> **Exercise objective**: The data below holds the lines to copy: everything from the line containing "#466=ORIENTED_EDGE('',*,*,#465,.T.);" to the line containing "#483=FACE_BOUND('',#482,.T.);", both ends included, set down exactly.

> **Records**:
┌──
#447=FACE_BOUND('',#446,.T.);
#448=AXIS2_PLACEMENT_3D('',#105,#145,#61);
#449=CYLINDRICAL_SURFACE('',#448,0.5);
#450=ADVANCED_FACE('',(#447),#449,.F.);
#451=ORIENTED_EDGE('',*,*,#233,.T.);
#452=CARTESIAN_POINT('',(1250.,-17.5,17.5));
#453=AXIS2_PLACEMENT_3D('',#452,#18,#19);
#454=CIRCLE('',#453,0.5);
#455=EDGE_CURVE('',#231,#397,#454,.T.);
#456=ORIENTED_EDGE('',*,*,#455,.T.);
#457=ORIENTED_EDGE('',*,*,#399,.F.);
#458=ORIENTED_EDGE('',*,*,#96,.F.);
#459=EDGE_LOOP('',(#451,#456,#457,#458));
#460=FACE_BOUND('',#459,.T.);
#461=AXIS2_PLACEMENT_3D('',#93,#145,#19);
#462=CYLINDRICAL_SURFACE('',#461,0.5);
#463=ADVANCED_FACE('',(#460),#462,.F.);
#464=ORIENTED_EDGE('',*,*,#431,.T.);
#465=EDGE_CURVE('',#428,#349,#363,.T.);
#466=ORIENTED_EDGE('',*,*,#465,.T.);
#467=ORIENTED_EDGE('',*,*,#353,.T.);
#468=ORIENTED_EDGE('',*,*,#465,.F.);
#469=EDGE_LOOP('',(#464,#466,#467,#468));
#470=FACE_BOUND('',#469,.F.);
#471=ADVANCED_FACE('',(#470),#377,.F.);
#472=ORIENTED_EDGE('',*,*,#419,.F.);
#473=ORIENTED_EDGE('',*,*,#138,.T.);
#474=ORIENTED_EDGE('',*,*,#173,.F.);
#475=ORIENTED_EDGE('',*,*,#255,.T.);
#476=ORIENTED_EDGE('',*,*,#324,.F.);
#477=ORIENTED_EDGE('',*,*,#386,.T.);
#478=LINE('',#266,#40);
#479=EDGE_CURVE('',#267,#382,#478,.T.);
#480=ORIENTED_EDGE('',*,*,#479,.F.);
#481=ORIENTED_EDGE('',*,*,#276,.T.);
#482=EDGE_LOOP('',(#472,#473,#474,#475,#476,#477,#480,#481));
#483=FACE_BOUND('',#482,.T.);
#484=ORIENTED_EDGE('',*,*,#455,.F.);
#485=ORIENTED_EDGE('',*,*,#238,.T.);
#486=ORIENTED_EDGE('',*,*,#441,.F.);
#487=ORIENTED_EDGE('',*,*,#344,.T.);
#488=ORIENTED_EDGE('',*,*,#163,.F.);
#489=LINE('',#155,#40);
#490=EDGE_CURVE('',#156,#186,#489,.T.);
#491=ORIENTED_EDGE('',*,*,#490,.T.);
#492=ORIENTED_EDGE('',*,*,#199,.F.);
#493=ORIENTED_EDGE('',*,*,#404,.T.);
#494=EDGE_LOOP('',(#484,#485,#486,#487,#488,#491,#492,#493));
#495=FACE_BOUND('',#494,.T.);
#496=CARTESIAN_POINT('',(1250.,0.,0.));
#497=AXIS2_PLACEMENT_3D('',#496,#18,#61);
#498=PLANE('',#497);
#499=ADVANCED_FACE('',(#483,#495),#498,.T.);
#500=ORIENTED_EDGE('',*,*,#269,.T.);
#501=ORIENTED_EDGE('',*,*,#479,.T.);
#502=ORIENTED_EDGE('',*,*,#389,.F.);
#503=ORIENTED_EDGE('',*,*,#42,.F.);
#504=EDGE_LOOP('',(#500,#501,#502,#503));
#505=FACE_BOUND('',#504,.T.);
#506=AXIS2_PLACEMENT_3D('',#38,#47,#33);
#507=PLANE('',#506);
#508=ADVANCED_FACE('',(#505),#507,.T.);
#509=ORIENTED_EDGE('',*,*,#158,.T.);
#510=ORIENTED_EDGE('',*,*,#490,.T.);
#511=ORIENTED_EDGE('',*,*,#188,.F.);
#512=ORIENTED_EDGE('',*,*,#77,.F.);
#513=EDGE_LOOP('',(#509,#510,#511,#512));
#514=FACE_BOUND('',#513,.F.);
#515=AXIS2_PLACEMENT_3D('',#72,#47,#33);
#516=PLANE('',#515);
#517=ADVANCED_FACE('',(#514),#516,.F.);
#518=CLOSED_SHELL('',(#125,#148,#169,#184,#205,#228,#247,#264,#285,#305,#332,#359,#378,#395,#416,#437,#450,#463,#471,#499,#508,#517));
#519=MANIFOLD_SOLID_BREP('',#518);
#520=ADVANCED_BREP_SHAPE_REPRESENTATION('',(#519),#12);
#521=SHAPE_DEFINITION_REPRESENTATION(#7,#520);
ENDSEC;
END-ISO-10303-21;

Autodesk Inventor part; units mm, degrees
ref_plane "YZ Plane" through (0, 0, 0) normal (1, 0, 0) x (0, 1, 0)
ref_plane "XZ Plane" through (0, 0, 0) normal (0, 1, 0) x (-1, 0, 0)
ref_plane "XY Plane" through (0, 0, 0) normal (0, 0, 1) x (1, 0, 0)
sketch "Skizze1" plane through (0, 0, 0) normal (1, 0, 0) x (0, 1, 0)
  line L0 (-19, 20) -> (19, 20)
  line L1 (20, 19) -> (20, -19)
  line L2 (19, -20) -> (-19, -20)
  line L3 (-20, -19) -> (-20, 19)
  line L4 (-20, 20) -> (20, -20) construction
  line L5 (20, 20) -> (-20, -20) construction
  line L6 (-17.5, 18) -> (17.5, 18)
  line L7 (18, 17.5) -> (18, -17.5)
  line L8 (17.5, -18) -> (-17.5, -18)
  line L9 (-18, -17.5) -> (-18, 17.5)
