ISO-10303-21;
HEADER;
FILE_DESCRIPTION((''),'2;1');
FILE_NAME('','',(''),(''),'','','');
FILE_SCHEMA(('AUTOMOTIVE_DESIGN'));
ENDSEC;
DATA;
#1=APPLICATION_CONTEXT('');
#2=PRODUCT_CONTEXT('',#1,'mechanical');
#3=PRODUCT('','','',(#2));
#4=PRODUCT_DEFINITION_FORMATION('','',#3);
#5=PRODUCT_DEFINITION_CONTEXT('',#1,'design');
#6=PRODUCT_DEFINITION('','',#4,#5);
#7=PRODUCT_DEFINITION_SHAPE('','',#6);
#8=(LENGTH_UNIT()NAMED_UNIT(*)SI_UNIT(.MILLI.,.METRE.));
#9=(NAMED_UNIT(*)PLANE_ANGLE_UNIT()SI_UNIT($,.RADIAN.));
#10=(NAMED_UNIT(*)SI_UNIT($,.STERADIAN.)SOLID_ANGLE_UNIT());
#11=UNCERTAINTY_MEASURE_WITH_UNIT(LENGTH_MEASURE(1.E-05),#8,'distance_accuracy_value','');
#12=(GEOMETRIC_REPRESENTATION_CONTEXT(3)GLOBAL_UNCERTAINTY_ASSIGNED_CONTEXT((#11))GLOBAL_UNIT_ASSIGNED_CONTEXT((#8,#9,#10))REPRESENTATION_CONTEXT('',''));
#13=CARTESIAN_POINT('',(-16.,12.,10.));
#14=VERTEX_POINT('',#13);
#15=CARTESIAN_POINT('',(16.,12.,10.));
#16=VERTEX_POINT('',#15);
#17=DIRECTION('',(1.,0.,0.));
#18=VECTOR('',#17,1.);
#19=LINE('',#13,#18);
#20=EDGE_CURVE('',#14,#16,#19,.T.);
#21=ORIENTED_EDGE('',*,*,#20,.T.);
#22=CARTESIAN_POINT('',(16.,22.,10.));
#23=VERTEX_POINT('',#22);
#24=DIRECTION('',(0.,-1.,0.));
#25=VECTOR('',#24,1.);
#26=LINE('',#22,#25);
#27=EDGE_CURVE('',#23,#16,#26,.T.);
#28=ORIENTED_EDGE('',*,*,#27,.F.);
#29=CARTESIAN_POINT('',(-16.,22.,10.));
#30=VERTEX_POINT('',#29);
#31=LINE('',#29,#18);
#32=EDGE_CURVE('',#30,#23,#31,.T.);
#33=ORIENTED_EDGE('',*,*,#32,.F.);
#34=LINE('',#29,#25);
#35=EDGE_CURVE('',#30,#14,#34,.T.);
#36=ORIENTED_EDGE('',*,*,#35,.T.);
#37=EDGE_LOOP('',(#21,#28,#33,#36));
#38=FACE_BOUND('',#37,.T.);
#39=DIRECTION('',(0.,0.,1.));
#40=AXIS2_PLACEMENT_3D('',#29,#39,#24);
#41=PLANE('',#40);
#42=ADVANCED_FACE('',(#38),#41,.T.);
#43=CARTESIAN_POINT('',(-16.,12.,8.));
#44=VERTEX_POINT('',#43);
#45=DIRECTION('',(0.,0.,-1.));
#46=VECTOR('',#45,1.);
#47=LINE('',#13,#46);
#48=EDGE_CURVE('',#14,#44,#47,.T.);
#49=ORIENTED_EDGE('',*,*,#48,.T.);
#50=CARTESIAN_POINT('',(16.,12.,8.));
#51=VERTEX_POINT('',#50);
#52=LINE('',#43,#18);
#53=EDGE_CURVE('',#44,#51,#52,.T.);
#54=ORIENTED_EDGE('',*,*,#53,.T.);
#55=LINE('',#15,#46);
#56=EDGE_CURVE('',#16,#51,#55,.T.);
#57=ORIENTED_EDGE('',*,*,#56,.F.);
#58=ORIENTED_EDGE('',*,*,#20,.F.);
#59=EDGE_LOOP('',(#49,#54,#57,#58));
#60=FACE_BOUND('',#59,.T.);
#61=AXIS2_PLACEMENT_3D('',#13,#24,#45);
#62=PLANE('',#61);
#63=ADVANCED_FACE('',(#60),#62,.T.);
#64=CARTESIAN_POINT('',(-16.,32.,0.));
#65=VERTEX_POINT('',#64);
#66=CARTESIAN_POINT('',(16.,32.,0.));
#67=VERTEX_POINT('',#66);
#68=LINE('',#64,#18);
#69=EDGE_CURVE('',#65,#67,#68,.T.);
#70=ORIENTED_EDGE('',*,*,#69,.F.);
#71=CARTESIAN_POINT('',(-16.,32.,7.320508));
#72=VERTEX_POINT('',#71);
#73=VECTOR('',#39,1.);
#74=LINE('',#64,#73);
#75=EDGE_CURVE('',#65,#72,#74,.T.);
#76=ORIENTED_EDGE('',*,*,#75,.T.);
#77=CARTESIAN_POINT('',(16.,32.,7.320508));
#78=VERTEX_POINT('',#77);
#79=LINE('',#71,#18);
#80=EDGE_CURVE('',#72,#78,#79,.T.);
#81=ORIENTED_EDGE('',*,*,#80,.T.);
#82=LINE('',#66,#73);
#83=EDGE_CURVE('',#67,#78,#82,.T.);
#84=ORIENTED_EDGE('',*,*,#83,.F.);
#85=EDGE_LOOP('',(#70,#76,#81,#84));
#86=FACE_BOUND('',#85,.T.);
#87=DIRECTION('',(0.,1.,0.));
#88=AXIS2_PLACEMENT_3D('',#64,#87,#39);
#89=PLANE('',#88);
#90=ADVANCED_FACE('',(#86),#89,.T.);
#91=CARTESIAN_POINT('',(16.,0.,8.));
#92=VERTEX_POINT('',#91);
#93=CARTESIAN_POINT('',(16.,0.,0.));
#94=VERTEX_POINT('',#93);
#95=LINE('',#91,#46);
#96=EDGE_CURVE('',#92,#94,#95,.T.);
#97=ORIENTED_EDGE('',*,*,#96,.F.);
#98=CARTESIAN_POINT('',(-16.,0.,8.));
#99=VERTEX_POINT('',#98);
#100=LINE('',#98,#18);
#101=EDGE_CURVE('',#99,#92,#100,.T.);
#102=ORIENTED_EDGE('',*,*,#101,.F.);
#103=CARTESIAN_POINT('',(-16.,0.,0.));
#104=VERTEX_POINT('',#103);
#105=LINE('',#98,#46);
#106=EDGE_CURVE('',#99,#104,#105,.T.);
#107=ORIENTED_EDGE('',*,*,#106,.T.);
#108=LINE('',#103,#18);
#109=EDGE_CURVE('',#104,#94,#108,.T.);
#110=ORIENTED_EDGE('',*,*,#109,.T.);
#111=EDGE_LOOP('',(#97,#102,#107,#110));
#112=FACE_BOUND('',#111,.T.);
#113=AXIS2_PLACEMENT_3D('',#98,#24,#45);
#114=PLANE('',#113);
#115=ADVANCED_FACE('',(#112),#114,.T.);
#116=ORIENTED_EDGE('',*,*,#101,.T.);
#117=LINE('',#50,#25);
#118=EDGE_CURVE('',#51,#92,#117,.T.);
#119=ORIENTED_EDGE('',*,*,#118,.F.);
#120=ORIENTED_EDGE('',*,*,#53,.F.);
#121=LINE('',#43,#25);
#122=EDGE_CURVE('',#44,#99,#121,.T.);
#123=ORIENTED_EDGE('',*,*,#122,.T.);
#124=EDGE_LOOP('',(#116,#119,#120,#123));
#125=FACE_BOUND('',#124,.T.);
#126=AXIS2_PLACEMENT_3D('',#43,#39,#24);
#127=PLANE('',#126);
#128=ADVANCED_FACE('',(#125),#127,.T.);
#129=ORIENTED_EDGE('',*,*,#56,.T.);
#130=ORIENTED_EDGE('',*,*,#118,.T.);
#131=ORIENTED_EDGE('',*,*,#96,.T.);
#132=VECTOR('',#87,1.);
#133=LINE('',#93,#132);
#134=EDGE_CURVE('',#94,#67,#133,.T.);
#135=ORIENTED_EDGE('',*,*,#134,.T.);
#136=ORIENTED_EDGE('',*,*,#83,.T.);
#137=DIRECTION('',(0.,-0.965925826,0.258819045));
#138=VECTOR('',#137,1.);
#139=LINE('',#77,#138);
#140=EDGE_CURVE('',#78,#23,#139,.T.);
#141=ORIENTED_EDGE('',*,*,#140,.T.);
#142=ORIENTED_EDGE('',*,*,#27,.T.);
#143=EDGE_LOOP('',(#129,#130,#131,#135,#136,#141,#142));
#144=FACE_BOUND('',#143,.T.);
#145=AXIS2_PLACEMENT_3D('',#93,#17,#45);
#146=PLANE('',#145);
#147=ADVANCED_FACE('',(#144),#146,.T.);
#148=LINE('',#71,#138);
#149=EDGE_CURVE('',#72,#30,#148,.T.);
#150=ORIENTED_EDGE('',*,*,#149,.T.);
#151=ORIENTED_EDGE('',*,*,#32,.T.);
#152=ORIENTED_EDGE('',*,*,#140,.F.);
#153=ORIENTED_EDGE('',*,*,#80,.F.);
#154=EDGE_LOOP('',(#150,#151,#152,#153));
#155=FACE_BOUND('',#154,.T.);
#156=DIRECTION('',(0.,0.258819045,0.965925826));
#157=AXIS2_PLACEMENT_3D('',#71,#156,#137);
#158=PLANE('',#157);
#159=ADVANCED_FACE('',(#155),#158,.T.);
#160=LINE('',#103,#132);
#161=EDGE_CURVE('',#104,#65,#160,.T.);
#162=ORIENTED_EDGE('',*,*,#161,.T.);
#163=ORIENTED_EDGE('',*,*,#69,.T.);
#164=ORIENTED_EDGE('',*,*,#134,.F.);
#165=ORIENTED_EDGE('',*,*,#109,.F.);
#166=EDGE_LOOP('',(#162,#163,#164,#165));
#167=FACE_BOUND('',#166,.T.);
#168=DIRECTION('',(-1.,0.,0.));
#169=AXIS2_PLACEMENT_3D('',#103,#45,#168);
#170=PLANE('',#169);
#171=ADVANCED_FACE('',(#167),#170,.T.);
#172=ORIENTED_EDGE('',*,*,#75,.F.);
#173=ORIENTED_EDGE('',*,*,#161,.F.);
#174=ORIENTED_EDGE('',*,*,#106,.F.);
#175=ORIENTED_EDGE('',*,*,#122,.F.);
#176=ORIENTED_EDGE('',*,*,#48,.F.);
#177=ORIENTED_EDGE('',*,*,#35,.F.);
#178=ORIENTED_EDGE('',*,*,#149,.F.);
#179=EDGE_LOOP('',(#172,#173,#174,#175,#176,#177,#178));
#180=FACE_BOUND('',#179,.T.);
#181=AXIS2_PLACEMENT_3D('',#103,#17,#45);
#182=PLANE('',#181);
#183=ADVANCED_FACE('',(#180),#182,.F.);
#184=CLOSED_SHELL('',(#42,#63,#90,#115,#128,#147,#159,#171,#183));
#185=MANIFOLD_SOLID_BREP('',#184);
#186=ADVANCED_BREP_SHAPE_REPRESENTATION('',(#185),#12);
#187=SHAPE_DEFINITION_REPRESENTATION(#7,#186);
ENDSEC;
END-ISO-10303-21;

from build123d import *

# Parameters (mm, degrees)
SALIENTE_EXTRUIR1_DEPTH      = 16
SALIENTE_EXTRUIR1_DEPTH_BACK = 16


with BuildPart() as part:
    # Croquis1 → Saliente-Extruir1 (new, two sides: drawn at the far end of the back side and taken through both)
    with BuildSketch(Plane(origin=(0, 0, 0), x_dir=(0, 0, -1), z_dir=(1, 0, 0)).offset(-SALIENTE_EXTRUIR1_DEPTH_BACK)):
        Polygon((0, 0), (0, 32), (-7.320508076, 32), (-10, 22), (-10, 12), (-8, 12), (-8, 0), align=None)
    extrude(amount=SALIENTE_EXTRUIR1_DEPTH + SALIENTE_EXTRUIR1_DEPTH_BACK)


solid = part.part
└──
> **The answer**:
#466=ORIENTED_EDGE('',*,*,#465,.T.);
#467=ORIENTED_EDGE('',*,*,#353,.T.);
#468=ORIENTED_EDGE('',*,*,#465,.F.);
#469=EDGE_LOOP('',(#464,#466,#467,#468));
#470=FACE_BOUND('',#469,.F.);
#471=ADVANCED_FACE('',(#470),#377,.F.);
#472=ORIENTED_EDGE('',*,*,#419,.F.);
#473=ORIENTED_EDGE('',*,*,#138,.T.);
#474=ORIENTED_EDGE('',*,*,#173,.F.);
#475=ORIENTED_EDGE('',*,*,#255,.T.);
#476=ORIENTED_EDGE('',*,*,#324,.F.);
#477=ORIENTED_EDGE('',*,*,#386,.T.);
#478=LINE('',#266,#40);
#479=EDGE_CURVE('',#267,#382,#478,.T.);
#480=ORIENTED_EDGE('',*,*,#479,.F.);
#481=ORIENTED_EDGE('',*,*,#276,.T.);
#482=EDGE_LOOP('',(#472,#473,#474,#475,#476,#477,#480,#481));
#483=FACE_BOUND('',#482,.T.);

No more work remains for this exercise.